连接离散与连续强化学习：基于鞅表征的稳定确定性策略梯度 (Bridging Discrete and Continuous RL: Stable Deterministic Policy Gradient with Martingale Characterization)

The theory of discrete-time reinforcement learning (RL) has advanced rapidly over the past decades. Although primarily designed for discrete environments, many real-world RL applications are inherently continuous and complex. A major challenge in extending discrete-time algorithms to continuous-time settings is their sensitivity to time discretization, often leading to poor stability and slow convergence. In this paper, we investigate deterministic policy gradient methods for continuous-time RL. We derive a continuous-time policy gradient formula based on an analogue of the advantage function and establish its martingale characterization.

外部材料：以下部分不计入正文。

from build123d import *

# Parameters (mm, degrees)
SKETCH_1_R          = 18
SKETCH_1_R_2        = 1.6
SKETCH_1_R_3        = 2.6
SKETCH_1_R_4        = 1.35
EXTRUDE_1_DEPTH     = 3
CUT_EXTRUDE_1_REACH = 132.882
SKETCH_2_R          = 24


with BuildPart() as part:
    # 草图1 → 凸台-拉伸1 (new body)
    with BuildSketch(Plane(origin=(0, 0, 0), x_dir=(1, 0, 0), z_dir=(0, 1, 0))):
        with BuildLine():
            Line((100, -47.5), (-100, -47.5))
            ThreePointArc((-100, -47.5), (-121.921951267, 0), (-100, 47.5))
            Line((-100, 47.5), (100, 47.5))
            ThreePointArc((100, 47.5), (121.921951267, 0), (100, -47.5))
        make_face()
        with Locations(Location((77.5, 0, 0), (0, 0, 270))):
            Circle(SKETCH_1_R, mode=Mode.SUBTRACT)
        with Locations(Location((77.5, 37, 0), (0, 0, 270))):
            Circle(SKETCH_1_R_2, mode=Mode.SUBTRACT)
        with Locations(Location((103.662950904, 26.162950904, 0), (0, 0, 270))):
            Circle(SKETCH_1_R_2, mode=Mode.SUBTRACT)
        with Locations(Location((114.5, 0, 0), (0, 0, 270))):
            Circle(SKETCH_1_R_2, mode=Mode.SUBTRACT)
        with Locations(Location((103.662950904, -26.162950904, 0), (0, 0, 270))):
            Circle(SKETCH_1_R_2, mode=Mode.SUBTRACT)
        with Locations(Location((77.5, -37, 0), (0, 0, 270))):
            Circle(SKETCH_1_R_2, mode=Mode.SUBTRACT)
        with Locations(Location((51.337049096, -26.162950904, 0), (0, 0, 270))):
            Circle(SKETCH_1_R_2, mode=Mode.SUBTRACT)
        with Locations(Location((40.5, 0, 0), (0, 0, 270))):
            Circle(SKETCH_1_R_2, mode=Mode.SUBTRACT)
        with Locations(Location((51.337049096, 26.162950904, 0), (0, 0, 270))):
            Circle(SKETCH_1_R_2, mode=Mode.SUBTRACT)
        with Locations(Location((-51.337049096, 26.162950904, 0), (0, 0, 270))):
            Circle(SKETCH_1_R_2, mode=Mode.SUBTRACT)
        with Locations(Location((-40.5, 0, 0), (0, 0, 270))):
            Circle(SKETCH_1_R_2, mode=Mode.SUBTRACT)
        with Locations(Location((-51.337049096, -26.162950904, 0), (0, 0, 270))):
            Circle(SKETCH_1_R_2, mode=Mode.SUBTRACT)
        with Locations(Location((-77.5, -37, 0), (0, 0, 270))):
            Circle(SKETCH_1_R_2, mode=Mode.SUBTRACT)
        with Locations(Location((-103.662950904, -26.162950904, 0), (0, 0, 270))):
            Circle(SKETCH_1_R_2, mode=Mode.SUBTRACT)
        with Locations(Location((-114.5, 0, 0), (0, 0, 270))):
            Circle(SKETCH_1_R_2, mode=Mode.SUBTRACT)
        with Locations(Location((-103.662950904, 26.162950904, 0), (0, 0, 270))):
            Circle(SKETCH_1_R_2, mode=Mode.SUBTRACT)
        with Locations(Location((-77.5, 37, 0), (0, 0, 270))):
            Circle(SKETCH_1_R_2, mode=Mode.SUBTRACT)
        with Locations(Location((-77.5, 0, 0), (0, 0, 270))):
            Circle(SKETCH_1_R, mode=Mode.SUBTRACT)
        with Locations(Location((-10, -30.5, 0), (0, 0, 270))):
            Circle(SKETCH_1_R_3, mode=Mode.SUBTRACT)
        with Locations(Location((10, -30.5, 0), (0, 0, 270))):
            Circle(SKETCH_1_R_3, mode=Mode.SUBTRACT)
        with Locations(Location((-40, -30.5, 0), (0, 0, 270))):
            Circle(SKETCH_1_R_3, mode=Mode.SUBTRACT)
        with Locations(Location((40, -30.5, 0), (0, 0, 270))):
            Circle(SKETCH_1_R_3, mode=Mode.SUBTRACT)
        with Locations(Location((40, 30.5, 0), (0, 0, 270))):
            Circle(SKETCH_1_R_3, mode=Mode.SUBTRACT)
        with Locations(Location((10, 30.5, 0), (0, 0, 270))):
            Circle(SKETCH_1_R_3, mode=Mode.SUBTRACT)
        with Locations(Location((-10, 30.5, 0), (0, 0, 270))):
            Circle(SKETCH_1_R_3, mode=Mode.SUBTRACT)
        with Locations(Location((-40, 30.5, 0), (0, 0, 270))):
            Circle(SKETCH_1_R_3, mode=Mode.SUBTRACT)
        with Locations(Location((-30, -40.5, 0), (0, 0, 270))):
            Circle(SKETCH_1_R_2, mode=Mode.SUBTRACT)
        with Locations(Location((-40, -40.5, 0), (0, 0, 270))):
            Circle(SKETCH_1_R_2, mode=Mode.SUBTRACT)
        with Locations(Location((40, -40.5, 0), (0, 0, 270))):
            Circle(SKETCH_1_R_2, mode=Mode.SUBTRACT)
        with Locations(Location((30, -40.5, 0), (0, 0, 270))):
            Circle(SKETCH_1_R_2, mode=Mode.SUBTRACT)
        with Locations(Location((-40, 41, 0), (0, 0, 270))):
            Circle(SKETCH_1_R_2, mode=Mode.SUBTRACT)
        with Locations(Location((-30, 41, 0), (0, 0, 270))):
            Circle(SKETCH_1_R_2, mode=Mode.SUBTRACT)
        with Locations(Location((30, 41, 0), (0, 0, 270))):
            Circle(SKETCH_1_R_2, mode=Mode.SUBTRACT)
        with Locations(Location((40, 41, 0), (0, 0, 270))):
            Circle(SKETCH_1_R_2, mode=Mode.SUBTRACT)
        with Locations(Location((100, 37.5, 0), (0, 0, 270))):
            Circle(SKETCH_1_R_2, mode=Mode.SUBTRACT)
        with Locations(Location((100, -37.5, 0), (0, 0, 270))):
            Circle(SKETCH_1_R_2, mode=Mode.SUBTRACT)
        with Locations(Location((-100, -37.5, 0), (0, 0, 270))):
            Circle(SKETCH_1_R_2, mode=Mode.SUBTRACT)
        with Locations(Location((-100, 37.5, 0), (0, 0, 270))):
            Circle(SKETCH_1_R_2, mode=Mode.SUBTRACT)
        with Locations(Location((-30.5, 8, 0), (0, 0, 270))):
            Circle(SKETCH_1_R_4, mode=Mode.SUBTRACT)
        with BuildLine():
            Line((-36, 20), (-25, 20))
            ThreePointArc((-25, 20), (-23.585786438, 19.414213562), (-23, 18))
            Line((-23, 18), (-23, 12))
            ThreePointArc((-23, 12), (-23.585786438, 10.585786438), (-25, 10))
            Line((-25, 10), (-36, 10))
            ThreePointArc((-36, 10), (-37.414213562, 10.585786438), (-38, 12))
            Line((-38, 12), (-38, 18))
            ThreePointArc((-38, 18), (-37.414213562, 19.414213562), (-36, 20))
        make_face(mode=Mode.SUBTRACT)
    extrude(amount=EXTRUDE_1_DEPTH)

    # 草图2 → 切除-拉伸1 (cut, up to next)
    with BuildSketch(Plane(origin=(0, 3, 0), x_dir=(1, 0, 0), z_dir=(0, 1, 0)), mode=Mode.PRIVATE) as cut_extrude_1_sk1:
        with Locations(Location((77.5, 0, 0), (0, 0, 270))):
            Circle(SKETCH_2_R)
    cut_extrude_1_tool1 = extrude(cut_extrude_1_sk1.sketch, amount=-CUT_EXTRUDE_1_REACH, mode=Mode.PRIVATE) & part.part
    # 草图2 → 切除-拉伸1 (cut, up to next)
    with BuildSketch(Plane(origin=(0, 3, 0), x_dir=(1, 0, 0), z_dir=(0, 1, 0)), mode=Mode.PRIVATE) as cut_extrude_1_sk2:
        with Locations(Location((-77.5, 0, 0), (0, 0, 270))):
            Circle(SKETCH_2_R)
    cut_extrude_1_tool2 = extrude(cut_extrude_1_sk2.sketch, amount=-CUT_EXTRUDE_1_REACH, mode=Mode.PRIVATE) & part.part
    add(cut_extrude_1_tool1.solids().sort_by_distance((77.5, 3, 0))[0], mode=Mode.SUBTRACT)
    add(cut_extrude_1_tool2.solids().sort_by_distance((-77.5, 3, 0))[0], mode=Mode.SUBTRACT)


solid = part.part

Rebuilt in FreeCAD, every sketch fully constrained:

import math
import FreeCAD as App
import Part
import Sketcher
Q = App.Units.Quantity

doc = App.newDocument("Part")
body = doc.addObject("PartDesign::Body", "Body")

# Sketch on XZ plane
sketch1 = doc.addObject("Sketcher::SketchObject", "Sketch")
body.addObject(sketch1)
sketch1.AttachmentSupport = (doc.XZ_Plane, [""])
sketch1.MapMode = "FlatFace"
sketch1.addGeometry([
    Part.LineSegment(App.Vector(-100, 47.5, 0), App.Vector(100, 47.5, 0)),  # 0
    Part.ArcOfCircle(Part.Circle(App.Vector(59.5, 0, 0), App.Vector(0, 0, 1), 62.421951), math.radians(-49.548042), math.radians(49.548042)),  # 1
    Part.LineSegment(App.Vector(100, -47.5, 0), App.Vector(-100, -47.5, 0)),  # 2
    Part.ArcOfCircle(Part.Circle(App.Vector(-59.5, 0, 0), App.Vector(0, 0, 1), 62.421951), math.radians(130.451958), math.radians(229.548042)),  # 3
    Part.Circle(App.Vector(100, 37.5, 0), App.Vector(0, 0, 1), 1.6),  # 4
    Part.Circle(App.Vector(77.5, 37, 0), App.Vector(0, 0, 1), 1.6),  # 5
    Part.Circle(App.Vector(103.662951, 26.162951, 0), App.Vector(0, 0, 1), 1.6),  # 6
    Part.Circle(App.Vector(40, 40.5, 0), App.Vector(0, 0, 1), 1.6),  # 7
    Part.Circle(App.Vector(30, 40.5, 0), App.Vector(0, 0, 1), 1.6),  # 8
    Part.Circle(App.Vector(40, 30.5, 0), App.Vector(0, 0, 1), 2.6),  # 9
    Part.Circle(App.Vector(51.337049, 26.162951, 0), App.Vector(0, 0, 1), 1.6),  # 10
    Part.Circle(App.Vector(10, 30.5, 0), App.Vector(0, 0, 1), 2.6),  # 11
    Part.Circle(App.Vector(114.5, 0, 0), App.Vector(0, 0, 1), 1.6),  # 12
    Part.Circle(App.Vector(77.5, 0, 0), App.Vector(0, 0, 1), 18),  # 13
    Part.Circle(App.Vector(40.5, 0, 0), App.Vector(0, 0, 1), 1.6),  # 14
    Part.Circle(App.Vector(-30, 40.5, 0), App.Vector(0, 0, 1), 1.6),  # 15
    Part.Circle(App.Vector(-40, 40.5, 0), App.Vector(0, 0, 1), 1.6),  # 16
    Part.Circle(App.Vector(-10, 30.5, 0), App.Vector(0, 0, 1), 2.6),  # 17
    Part.Circle(App.Vector(-40, 30.5, 0), App.Vector(0, 0, 1), 2.6),  # 18
    Part.Circle(App.Vector(-51.337049, 26.162951, 0), App.Vector(0, 0, 1), 1.6),  # 19
    Part.Circle(App.Vector(-77.5, 37, 0), App.Vector(0, 0, 1), 1.6),  # 20
    Part.Circle(App.Vector(-100, 37.5, 0), App.Vector(0, 0, 1), 1.6),  # 21
    Part.Circle(App.Vector(-103.662951, 26.162951, 0), App.Vector(0, 0, 1), 1.6),  # 22
    Part.Circle(App.Vector(-40.5, 0, 0), App.Vector(0, 0, 1), 1.6),  # 23
    Part.Circle(App.Vector(-77.5, 0, 0), App.Vector(0, 0, 1), 18),  # 24
    Part.Circle(App.Vector(-114.5, 0, 0), App.Vector(0, 0, 1), 1.6),  # 25
    Part.Circle(App.Vector(103.662951, -26.162951, 0), App.Vector(0, 0, 1), 1.6),  # 26
    Part.Circle(App.Vector(100, -37.5, 0), App.Vector(0, 0, 1), 1.6),  # 27
    Part.Circle(App.Vector(77.5, -37, 0), App.Vector(0, 0, 1), 1.6),  # 28
    Part.Circle(App.Vector(51.337049, -26.162951, 0), App.Vector(0, 0, 1), 1.6),  # 29
    Part.Circle(App.Vector(40, -30.5, 0), App.Vector(0, 0, 1), 2.6),  # 30
    Part.Circle(App.Vector(10, -30.5, 0), App.Vector(0, 0, 1), 2.6),  # 31
    Part.Circle(App.Vector(40, -41, 0), App.Vector(0, 0, 1), 1.6),  # 32
    Part.Circle(App.Vector(30, -41, 0), App.Vector(0, 0, 1), 1.6),  # 33
    Part.Circle(App.Vector(-30.5, -8, 0), App.Vector(0, 0, 1), 1.35),  # 34
    Part.LineSegment(App.Vector(-36, -20, 0), App.Vector(-25, -20, 0)),  # 35
    Part.ArcOfCircle(Part.Circle(App.Vector(-25, -18, 0), App.Vector(0, 0, 1), 2), math.radians(-90), math.radians(0)),  # 36
    Part.LineSegment(App.Vector(-23, -18, 0), App.Vector(-23, -12, 0)),  # 37
    Part.ArcOfCircle(Part.Circle(App.Vector(-25, -12, 0), App.Vector(0, 0, 1), 2), math.radians(0), math.radians(90)),  # 38
    Part.LineSegment(App.Vector(-25, -10, 0), App.Vector(-36, -10, 0)),  # 39
    Part.ArcOfCircle(Part.Circle(App.Vector(-36, -12, 0), App.Vector(0, 0, 1), 2), math.radians(90), math.radians(180)),  # 40
    Part.LineSegment(App.Vector(-38, -12, 0), App.Vector(-38, -18, 0)),  # 41
    Part.ArcOfCircle(Part.Circle(App.Vector(-36, -18, 0), App.Vector(0, 0, 1), 2), math.radians(-180), math.radians(-90)),  # 42
    Part.Circle(App.Vector(-10, -30.5, 0), App.Vector(0, 0, 1), 2.6),  # 43
    Part.Circle(App.Vector(-51.337049, -26.162951, 0), App.Vector(0, 0, 1), 1.6),  # 44
    Part.Circle(App.Vector(-40, -30.5, 0), App.Vector(0, 0, 1), 2.6),  # 45
    Part.Circle(App.Vector(-30, -41, 0), App.Vector(0, 0, 1), 1.6),  # 46
    Part.Circle(App.Vector(-40, -41, 0), App.Vector(0, 0, 1), 1.6),  # 47
    Part.Circle(App.Vector(-103.662951, -26.162951, 0), App.Vector(0, 0, 1), 1.6),  # 48
    Part.Circle(App.Vector(-77.5, -37, 0), App.Vector(0, 0, 1), 1.6),  # 49
    Part.Circle(App.Vector(-100, -37.5, 0), App.Vector(0, 0, 1), 1.6),  # 50
], False)
sketch1.addConstraint([
    Sketcher.Constraint("Coincident", 0, 2, 1, 2),
    Sketcher.Constraint("Coincident", 1, 1, 2, 1),
    Sketcher.Constraint("Coincident", 2, 2, 3, 2),
    Sketcher.Constraint("Coincident", 3, 1, 0, 1),
    Sketcher.Constraint("Tangent", 35, 2, 36, 1),
    Sketcher.Constraint("Tangent", 36, 2, 37, 1),
    Sketcher.Constraint("Tangent", 37, 2, 38, 1),
    Sketcher.Constraint("Tangent", 38, 2, 39, 1),
    Sketcher.Constraint("Tangent", 39, 2, 40, 1),
    Sketcher.Constraint("Tangent", 40, 2, 41, 1),
    Sketcher.Constraint("Tangent", 41, 2, 42, 1),
    Sketcher.Constraint("Tangent", 42, 2, 35, 1),
    Sketcher.Constraint("Horizontal", 0),
    Sketcher.Constraint("Horizontal", 2),
    Sketcher.Constraint("Horizontal", 35),
    Sketcher.Constraint("Vertical", 37),
    Sketcher.Constraint("Horizontal", 39),
    Sketcher.Constraint("Vertical", 41),
    Sketcher.Constraint("Equal", 1, 3),
    Sketcher.Constraint("Equal", 4, 5),
    Sketcher.Constraint("Equal", 5, 6),
    Sketcher.Constraint("Equal", 6, 7),
    Sketcher.Constraint("Equal", 7, 8),
    Sketcher.Constraint("Equal", 8, 10),
    Sketcher.Constraint("Equal", 9, 11),
    Sketcher.Constraint("Equal", 10, 12),
    Sketcher.Constraint("Equal", 12, 14),
    Sketcher.Constraint("Equal", 14, 15),
    Sketcher.Constraint("Equal", 15, 16),
    Sketcher.Constraint("Equal", 11, 17),
    Sketcher.Constraint("Equal", 17, 18),
    Sketcher.Constraint("Equal", 16, 19),
    Sketcher.Constraint("Equal", 19, 20),
    Sketcher.Constraint("Equal", 20, 21),
    Sketcher.Constraint("Equal", 21, 22),
    Sketcher.Constraint("Equal", 22, 23),
    Sketcher.Constraint("Equal", 13, 24),
    Sketcher.Constraint("Equal", 23, 25),
    Sketcher.Constraint("Equal", 25, 26),
    Sketcher.Constraint("Equal", 26, 27),
    Sketcher.Constraint("Equal", 27, 28),
    Sketcher.Constraint("Equal", 28, 29),
    Sketcher.Constraint("Equal", 18, 30),
    Sketcher.Constraint("Equal", 30, 31),
    Sketcher.Constraint("Equal", 29, 32),
    Sketcher.Constraint("Equal", 32, 33),
    Sketcher.Constraint("Equal", 36, 38),
    Sketcher.Constraint("Equal", 38, 40),
    Sketcher.Constraint("Equal", 40, 42),
    Sketcher.Constraint("Equal", 31, 43),
    Sketcher.Constraint("Equal", 33, 44),
    Sketcher.Constraint("Equal", 43, 45),
    Sketcher.Constraint("Equal", 44, 46),
    Sketcher.Constraint("Equal", 46, 47),
    Sketcher.Constraint("Equal", 47, 48),
    Sketcher.Constraint("Equal", 48, 49),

This theoretical foundation leads to our proposed algorithm, CT-DDPG, which enables stable learning with deterministic policies in continuous-time environments. Numerical experiments show that the proposed CT-DDPG algorithm offers improved stability and faster convergence compared to existing discrete-time and continuous-time methods, across a wide range of control tasks with varying time discretizations and noise levels.

翻译：离散时间强化学习（RL）理论在过去几十年中发展迅速。尽管主要针对离散环境设计，但许多现实世界的RL应用本质上是连续且复杂的。将离散时间算法扩展到连续时间设置的一个主要挑战是其对时间离散化的敏感性，这通常导致稳定性差和收敛速度慢。本文研究了连续时间RL中的确定性策略梯度方法。我们基于优势函数的类比推导了一个连续时间策略梯度公式，并建立了其鞅表征。这一理论基础引出了我们提出的算法——CT-DDPG，该算法能够在连续时间环境中实现确定性策略的稳定学习。数值实验表明，与现有的离散时间和连续时间方法相比，所提出的CT-DDPG算法在具有不同时间离散化和噪声水平的广泛控制任务中，提供了更好的稳定性和更快的收敛速度。